Salon reports that Canadian blogger Derek Miller died shortly after blogging his own death. Miller, first diagnosed with colorectal cancer in 2007, had been using his blog as a platform for his meditations on illness and death, longing and loss. His final post begins:
Here it is. I’m dead, and this is my last post to my blog. In advance, I asked that once my body finally shut down from the punishments of my cancer, then my family and friends publish this prepared message I wrote—the first part of the process of turning this from an active website to an archive.
His final message runs about 1,400 words — short sentences, no rambling, no block quotes. In literary terms, the man was a thoroughbred. The post drew almost 3.000 Facebook likes — a number which, under any other circumstances, I’d surely envy.
But what impresses me most about Miller is his detachment. That word might not apply in its religious sense; Miller was an atheist. But the absence of any afterlife seems not to bother him. He writes:
I haven’t gone to a better place, or a worse one. I haven’t gone anyplace, because Derek doesn’t exist anymore. As soon as my body stopped functioning, and the neurons in my brain ceased firing, I made a remarkable transformation: from a living organism to a corpse, like a flower or a mouse that didn’t make it through a particularly frosty night. The evidence is clear that once I died, it was over.
So I was unafraid of death—of the moment itself—and of what came afterwards, which was (and is) nothing. As I did all along, I remained somewhat afraid of the process of dying, of increasing weakness and fatigue, of pain, of becoming less and less of myself as I got there. I was lucky that my mental faculties were mostly unaffected over the months and years before the end, and there was no sign of cancer in my brain—as far as I or anyone else knew.

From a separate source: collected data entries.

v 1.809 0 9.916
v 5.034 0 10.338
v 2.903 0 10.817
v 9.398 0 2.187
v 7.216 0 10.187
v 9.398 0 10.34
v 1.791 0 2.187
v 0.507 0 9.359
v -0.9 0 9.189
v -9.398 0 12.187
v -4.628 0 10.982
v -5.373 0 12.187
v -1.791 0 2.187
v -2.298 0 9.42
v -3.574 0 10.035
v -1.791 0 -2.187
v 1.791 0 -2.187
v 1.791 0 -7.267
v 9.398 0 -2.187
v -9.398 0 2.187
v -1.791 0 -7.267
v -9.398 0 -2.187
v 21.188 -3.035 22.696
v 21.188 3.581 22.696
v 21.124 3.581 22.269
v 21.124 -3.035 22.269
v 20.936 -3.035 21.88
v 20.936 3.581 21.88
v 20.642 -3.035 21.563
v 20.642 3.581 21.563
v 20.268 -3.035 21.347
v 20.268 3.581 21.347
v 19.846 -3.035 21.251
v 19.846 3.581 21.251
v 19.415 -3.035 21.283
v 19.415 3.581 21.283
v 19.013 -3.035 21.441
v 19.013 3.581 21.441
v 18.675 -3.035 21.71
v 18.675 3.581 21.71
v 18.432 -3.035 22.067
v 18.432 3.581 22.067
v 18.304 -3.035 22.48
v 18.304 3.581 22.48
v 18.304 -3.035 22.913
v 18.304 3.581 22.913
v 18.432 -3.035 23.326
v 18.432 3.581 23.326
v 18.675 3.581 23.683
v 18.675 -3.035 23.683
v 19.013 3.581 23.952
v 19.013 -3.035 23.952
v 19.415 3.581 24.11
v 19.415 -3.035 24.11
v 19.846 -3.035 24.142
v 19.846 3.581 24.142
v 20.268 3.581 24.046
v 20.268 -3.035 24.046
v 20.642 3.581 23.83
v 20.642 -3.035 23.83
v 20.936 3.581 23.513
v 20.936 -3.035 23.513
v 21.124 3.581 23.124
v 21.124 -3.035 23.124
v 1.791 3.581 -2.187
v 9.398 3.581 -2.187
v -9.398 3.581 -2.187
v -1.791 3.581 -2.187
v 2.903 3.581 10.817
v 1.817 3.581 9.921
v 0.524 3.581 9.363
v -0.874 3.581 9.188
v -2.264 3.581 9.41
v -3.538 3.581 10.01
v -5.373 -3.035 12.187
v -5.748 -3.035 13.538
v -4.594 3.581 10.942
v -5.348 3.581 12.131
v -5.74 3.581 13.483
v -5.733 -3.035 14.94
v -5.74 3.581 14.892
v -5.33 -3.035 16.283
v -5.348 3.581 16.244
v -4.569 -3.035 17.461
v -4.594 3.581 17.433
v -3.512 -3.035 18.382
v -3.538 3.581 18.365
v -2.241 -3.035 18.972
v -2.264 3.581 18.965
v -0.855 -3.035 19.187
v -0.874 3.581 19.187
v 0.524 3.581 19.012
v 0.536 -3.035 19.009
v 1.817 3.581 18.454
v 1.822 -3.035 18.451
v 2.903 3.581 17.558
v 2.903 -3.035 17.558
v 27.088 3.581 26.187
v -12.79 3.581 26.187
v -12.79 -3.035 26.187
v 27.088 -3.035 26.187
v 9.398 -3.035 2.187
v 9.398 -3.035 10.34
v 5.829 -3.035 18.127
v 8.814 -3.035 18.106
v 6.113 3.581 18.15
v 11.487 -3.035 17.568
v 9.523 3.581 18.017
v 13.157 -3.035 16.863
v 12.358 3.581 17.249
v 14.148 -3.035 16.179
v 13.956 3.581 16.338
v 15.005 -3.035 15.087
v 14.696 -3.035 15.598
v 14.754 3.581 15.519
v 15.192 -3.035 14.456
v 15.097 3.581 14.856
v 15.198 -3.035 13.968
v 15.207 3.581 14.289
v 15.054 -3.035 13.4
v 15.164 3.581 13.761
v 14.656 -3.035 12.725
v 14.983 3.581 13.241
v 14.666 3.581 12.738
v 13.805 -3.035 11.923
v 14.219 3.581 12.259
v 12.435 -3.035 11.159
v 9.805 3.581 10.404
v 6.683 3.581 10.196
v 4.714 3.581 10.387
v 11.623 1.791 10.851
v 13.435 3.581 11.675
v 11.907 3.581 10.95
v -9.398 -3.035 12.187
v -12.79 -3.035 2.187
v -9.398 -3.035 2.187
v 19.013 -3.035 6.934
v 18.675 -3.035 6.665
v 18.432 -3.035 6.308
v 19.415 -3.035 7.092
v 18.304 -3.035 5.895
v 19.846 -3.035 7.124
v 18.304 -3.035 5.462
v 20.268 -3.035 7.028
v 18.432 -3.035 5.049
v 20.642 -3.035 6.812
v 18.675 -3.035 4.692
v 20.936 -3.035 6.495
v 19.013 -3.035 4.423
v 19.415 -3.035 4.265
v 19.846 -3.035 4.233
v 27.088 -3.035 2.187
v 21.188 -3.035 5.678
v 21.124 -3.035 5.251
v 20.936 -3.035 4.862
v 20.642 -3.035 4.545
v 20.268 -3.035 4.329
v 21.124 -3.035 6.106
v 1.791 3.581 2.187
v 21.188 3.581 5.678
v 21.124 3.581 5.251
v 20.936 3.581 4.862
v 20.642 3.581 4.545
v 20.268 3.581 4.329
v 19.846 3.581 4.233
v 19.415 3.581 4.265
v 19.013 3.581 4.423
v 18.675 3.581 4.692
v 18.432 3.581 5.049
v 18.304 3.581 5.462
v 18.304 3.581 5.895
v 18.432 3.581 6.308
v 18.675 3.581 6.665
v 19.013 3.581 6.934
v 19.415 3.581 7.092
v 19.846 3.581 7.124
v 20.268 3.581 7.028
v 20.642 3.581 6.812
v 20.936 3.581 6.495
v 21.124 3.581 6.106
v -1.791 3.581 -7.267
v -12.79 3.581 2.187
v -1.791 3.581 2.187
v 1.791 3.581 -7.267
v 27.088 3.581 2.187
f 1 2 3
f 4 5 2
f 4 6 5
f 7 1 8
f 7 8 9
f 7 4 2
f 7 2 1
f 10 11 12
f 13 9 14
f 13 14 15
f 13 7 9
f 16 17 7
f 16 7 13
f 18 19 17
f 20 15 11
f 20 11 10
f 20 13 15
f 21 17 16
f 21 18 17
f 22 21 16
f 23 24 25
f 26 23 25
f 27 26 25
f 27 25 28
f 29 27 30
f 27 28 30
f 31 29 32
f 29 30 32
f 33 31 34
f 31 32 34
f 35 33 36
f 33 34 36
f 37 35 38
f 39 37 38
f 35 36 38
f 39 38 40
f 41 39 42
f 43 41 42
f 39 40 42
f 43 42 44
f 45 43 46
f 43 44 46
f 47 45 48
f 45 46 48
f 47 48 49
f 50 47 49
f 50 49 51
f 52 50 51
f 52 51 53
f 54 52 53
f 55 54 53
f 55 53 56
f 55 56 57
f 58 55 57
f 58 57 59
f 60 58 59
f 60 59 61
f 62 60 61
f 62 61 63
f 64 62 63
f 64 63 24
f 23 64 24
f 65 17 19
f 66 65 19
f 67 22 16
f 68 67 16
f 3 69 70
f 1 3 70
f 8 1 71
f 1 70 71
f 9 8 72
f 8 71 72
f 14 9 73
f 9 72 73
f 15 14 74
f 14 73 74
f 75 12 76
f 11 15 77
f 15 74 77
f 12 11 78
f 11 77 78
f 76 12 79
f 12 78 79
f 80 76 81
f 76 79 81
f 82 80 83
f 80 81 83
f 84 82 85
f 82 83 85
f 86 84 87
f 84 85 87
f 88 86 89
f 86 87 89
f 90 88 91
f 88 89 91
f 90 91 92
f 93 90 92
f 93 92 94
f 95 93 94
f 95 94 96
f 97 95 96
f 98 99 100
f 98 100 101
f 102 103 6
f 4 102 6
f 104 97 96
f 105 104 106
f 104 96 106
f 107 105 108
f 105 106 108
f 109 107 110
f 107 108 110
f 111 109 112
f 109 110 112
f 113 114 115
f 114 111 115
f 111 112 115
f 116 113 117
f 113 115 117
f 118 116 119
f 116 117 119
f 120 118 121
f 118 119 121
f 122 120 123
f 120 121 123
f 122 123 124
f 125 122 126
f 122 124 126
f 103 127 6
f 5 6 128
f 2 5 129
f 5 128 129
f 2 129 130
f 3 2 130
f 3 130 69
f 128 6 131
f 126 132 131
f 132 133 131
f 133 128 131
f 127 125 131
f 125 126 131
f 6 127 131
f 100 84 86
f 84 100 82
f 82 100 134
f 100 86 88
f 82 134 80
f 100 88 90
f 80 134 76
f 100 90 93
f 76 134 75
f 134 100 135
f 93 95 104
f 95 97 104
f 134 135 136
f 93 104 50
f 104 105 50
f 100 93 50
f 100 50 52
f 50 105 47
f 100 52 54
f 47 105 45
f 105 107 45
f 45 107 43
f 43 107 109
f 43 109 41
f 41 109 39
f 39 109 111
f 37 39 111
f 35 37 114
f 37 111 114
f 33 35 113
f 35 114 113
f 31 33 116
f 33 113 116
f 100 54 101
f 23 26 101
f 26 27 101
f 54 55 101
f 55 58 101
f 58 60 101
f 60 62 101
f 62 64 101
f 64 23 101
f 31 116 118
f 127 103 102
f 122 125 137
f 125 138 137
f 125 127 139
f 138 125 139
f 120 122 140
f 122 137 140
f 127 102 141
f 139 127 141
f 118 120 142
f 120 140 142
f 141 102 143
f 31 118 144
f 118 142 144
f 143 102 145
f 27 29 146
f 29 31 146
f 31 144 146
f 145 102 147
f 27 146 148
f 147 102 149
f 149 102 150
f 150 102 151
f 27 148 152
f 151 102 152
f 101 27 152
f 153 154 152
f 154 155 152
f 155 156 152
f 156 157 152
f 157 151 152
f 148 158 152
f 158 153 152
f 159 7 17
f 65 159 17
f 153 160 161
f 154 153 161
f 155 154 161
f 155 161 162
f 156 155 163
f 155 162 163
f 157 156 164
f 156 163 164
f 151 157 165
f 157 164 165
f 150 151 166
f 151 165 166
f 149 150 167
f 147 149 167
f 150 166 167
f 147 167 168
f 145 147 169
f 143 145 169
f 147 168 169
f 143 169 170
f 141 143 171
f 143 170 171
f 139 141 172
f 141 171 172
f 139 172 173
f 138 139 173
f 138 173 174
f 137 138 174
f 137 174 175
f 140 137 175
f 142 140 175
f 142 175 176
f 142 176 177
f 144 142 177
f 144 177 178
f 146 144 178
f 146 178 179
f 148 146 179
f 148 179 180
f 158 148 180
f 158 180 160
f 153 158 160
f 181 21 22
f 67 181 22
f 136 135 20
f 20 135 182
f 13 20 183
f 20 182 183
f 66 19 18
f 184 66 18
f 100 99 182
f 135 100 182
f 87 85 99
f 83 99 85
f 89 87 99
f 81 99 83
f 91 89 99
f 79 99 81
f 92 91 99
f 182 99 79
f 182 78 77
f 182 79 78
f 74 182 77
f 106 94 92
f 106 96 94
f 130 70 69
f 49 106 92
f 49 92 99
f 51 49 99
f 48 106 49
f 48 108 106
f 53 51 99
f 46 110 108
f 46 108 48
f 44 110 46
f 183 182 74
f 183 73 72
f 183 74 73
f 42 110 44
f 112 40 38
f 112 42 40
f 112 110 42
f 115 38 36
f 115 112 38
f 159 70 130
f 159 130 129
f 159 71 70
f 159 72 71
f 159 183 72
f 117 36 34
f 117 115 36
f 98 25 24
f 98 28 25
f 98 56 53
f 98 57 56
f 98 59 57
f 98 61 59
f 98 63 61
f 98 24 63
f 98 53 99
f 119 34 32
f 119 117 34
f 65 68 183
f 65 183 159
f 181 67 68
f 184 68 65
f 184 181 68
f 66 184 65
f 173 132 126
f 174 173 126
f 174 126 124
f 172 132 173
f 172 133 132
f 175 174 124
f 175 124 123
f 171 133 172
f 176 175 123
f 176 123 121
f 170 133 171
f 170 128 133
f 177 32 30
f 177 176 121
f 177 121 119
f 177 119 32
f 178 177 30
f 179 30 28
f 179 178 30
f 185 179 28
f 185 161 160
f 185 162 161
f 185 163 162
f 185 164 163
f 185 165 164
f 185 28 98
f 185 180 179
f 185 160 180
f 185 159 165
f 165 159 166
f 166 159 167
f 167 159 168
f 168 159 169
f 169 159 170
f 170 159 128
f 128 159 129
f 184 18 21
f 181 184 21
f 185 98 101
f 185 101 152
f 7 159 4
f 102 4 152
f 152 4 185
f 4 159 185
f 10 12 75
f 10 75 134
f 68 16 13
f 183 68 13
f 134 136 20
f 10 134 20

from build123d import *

# Parameters (mm, degrees)
BOSS_EXTRUDE1_DEPTH      = 3.5814
SKETCH7_W                = 39.878
SKETCH7_H                = 24
BOSS_EXTRUDE2_DEPTH      = 3.035
BOSS_EXTRUDE2_DEPTH_BACK = 3.035
SKETCH5_R                = 5
SKETCH5_R_2              = 1.45
SKETCH5_RX               = 8
SKETCH5_RY               = 4
CUT_EXTRUDE3_DEPTH       = 1
CUT_EXTRUDE3_DEPTH_BACK  = 7.6164
SKETCH8_W                = 18.796
SKETCH8_H                = 3.035
CUT_EXTRUDE4_DEPTH       = 10


with BuildPart() as part:
    # Sketch1 → Boss-Extrude1 (new body)
    with BuildSketch(Plane(origin=(0, 0, 0), x_dir=(1, 0, 0), z_dir=(0, 1, 0))):
        Polygon((-12.79, -26.1874988), (27.088, -26.1874988), (27.088, -2.1874988), (1.7907, -2.1874988), (1.7907, 2.1874988), (9.398, 2.1874988), (1.7907, 7.2674988), (-1.7907, 7.2674988), (-9.398, 2.1874988), (-1.7907, 2.1874988), (-1.7907, -2.1874988), (-12.79, -2.1874988), align=None)
    extrude(amount=BOSS_EXTRUDE1_DEPTH)

    # Sketch7 → Boss-Extrude2 (add, two sides)
    with BuildSketch(Plane(origin=(0, 0, 0), x_dir=(1, 0, 0), z_dir=(0, 1, 0))) as boss_extrude2_sk:
        with Locations((7.149, -14.1874988)):
            Rectangle(SKETCH7_W, SKETCH7_H)
    extrude(amount=BOSS_EXTRUDE2_DEPTH)
    extrude(boss_extrude2_sk.sketch, amount=-BOSS_EXTRUDE2_DEPTH_BACK)

    # Sketch5 → Cut-Extrude3 (cut, two sides)
    with BuildSketch(Plane(origin=(0, 3.5814, 0), x_dir=(1, 0, 0), z_dir=(0, 1, 0))) as cut_extrude3_sk:
        with Locations((-0.79, -14.1874988)):
            Circle(SKETCH5_R)
        with Locations((19.738, -22.6964988)):
            Circle(SKETCH5_R_2)
        with Locations((19.738, -5.6784988)):
            Circle(SKETCH5_R_2)
        with Locations(Location((7.21, -14.1874988), (0, 0, 180))):
            Ellipse(SKETCH5_RX, SKETCH5_RY)
    extrude(amount=CUT_EXTRUDE3_DEPTH, mode=Mode.SUBTRACT)
    extrude(cut_extrude3_sk.sketch, amount=-CUT_EXTRUDE3_DEPTH_BACK, mode=Mode.SUBTRACT)

    # Sketch8 → Cut-Extrude4 (cut)
    with BuildSketch(Plane(origin=(0, 0, 2.1874988), x_dir=(-1, 0, 0), z_dir=(0, 0, -1))):
        with Locations((0, -1.5175)):
            Rectangle(SKETCH8_W, SKETCH8_H)
    extrude(amount=-CUT_EXTRUDE4_DEPTH, mode=Mode.SUBTRACT)


solid = part.part
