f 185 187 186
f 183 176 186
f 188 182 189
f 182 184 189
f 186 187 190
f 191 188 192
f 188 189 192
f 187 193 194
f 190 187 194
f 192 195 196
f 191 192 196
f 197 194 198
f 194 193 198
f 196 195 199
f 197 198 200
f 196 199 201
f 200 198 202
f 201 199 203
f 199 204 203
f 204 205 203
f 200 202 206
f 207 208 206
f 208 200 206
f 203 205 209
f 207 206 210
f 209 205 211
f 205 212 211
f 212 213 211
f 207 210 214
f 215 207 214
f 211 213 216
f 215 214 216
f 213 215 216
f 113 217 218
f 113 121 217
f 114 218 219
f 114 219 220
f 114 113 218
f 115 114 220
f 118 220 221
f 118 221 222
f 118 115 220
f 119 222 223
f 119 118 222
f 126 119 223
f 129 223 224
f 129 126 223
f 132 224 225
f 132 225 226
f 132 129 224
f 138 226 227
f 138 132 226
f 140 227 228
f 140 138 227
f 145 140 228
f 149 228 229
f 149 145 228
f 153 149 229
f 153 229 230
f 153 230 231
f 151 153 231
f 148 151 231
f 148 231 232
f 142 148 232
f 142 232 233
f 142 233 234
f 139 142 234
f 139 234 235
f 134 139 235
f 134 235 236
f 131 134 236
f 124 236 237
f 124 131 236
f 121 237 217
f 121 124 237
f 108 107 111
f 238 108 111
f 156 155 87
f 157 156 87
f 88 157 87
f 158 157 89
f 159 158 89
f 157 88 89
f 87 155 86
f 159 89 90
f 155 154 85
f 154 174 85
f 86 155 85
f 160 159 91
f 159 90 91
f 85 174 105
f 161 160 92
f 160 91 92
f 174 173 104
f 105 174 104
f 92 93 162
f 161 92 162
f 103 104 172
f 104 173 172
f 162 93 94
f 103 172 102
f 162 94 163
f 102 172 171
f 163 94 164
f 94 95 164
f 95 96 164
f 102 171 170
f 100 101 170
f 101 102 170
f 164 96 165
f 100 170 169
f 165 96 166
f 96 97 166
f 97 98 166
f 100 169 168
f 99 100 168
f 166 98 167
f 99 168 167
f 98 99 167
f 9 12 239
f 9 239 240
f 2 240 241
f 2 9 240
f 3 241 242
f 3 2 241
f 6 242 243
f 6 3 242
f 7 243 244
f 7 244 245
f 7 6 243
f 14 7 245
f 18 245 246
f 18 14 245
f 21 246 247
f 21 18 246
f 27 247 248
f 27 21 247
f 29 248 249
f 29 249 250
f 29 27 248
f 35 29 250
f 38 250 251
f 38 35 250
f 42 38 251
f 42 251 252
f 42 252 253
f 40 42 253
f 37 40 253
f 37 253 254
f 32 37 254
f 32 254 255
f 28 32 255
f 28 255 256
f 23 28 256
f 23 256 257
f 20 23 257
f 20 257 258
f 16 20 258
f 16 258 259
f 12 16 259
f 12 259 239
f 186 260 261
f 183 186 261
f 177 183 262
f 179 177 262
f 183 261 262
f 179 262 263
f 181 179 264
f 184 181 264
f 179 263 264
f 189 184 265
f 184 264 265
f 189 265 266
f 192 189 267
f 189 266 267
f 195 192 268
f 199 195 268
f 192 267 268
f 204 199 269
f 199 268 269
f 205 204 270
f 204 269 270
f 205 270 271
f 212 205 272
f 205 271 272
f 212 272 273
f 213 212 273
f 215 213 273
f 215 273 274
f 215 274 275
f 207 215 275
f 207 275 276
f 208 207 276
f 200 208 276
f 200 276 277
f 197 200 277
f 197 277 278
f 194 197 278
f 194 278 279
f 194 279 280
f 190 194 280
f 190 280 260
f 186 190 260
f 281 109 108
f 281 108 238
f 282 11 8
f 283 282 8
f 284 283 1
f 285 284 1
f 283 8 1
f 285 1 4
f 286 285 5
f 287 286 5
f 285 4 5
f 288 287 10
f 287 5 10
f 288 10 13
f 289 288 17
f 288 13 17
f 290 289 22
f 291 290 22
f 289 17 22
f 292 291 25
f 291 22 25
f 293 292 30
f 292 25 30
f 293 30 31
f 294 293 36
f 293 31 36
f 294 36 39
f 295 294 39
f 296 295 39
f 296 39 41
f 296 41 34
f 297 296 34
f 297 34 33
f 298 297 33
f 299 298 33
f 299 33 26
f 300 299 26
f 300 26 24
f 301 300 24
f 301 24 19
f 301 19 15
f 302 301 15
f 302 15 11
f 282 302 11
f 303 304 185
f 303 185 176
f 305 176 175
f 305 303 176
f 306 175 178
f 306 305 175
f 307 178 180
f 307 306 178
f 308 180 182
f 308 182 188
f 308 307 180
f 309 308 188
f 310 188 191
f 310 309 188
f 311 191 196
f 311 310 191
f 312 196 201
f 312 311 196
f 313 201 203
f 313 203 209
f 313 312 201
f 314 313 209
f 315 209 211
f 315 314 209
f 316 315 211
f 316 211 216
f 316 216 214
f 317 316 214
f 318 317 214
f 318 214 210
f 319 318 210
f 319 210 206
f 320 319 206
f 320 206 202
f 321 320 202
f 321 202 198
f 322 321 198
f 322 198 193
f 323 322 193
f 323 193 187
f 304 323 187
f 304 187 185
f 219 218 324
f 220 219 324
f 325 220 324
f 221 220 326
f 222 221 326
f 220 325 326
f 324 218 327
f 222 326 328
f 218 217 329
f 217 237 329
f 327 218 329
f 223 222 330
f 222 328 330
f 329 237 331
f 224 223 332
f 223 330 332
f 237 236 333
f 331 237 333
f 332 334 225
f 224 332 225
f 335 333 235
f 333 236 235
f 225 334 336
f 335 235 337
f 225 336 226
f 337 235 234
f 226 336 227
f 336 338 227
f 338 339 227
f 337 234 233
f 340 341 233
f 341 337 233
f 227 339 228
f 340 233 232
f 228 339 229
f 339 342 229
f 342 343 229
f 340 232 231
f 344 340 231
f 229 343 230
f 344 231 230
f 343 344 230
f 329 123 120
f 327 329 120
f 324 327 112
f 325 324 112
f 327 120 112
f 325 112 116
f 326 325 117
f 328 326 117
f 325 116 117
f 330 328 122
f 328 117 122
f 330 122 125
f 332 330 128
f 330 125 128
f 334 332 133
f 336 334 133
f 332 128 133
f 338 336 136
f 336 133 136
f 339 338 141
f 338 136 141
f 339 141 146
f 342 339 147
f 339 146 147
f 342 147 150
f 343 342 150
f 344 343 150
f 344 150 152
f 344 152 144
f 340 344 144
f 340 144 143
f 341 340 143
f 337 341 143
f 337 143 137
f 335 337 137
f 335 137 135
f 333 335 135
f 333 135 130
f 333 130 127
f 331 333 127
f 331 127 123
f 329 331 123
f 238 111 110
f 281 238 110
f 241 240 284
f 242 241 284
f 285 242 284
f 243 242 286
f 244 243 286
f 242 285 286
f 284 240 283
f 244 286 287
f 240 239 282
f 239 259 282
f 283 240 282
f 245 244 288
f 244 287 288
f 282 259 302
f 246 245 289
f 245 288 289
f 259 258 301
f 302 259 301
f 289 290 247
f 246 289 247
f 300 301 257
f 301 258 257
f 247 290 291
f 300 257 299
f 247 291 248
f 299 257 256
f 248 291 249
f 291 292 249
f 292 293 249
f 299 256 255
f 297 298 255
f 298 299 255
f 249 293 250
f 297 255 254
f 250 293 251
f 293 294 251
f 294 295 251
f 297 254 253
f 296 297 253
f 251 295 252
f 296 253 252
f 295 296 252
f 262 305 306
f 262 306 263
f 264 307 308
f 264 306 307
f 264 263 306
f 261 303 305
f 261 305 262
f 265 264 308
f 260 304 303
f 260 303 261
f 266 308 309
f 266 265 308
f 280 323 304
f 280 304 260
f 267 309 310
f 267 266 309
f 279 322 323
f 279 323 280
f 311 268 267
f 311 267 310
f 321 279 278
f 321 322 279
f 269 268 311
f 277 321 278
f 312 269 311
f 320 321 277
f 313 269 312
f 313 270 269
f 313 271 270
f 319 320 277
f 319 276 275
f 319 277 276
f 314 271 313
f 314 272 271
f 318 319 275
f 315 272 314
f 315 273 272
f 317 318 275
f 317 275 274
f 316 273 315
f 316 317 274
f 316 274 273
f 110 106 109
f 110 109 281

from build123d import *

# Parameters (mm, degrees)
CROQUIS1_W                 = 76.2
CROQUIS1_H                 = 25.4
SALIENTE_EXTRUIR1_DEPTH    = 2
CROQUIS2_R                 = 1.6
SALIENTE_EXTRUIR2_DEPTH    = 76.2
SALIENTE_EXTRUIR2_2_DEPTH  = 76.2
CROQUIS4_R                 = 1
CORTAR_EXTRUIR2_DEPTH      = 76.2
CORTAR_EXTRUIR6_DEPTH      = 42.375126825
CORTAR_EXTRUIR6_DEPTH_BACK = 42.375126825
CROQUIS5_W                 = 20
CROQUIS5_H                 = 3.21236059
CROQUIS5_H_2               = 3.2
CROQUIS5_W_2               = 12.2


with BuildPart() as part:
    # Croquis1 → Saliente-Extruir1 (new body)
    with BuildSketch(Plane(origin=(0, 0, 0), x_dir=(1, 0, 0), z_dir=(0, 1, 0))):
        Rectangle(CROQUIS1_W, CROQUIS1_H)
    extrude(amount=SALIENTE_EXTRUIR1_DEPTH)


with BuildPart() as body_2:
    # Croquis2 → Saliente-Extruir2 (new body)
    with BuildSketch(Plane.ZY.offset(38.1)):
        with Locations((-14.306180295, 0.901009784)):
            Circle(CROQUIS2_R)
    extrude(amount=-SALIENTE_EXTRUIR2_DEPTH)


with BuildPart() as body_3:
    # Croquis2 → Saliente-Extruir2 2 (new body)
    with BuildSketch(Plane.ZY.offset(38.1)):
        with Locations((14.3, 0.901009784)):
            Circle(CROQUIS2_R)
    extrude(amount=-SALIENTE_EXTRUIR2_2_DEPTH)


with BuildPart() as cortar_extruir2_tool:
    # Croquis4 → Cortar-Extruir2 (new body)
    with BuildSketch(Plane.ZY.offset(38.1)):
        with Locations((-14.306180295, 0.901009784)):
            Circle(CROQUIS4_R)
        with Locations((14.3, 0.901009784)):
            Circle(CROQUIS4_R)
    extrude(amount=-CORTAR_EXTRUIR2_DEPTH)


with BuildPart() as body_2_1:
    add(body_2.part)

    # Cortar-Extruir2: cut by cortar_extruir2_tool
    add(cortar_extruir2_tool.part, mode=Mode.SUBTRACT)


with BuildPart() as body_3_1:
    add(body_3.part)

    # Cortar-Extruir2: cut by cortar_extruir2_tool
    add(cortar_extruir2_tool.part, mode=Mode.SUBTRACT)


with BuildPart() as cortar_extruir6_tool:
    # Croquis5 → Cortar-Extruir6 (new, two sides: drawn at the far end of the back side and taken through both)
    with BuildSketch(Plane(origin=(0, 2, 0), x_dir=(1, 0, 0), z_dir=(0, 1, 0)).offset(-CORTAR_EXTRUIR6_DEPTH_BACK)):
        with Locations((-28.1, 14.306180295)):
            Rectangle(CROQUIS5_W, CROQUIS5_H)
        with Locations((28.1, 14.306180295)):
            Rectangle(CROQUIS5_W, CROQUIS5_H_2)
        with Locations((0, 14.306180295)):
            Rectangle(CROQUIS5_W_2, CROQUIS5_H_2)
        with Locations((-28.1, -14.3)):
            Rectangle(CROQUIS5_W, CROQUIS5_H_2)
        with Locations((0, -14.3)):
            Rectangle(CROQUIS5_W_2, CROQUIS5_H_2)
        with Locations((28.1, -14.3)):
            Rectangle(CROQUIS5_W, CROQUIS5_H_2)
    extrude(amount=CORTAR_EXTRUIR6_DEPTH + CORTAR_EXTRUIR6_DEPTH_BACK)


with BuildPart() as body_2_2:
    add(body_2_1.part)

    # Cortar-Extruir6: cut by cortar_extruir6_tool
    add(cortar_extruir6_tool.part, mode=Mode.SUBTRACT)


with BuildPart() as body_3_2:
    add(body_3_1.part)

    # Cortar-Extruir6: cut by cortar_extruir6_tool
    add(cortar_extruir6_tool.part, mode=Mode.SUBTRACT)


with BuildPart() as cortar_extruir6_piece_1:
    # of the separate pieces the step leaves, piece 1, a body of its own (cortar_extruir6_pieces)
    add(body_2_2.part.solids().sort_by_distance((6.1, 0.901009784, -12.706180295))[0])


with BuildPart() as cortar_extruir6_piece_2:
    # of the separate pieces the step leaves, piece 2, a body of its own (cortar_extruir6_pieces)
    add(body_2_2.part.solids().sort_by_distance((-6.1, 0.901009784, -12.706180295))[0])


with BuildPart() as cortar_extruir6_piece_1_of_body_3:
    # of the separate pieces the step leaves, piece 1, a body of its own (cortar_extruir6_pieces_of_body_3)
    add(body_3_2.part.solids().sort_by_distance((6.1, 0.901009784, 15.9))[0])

Though Miller expresses disappointment at “missing out,” he concludes:
The world, indeed the whole universe, is a beautiful, astonishing, wondrous place. There is always more to find out. I don’t look back and regret anything, and I hope my family can find a way to do the same.
As you’ll have noticed, Miller writes of himself in the past tense, as though from beyond the grave. For me, at least, this was confusing in a wonderful way: if words are coming from a man who was, then maybe he still is. I wonder what Miller would make of the contradiction.
Miller isn’t the only blogger who’s invited the world to his sickbed, or deathbed. Alicia Parlette, a San Francisco journalist, who was diagnosed with cancer at the age of 23, has kept a chronicle of her experiences in Alicia’s Story. There must me many others — more than anyone could name, or I could link to.
Some advantages to having such easy access to so many real-time personal accounts of sickness, pain and dying are fairly obvious. All the taboos surrounding the body’s inevitable collapse are shattered; the world gets a big, fat “memento mori,” along with innumerable competing versions of the Ars Moriendi
But I suspect there’s another reason to cheer this new connectedness: people suffer and die better in front of an appreciative audience. To cite just one example, there’s my mother’s brother, whose carotid doctors recently unblocked. The operation involved the insertion of a Foley catheter, which remained in place for several days afterward — a grim experience.
When he talked to my mother, for whom his jokes have always been hit or miss, he sounded grumpy throughout the conversation.
I’ve always been a big fan of his. When I called, he opened with, “They stuck a Foley in a Foley.” Foley is his surname. I fold him, “Bravo, sir!” And he brightened up immediately.
Actually, like Miller’s FB numbers, the Foley-in-a-Foley joke is something I’d normally have envied, or possibly tried to steal. But there are times it’s best to be magnanimous.
Oh, and since we’ve been talking a lot about St. Therese lately, imagine if she’d blogged, or better, vlogged. She could have converted half of Vietnam in her very own lifetime.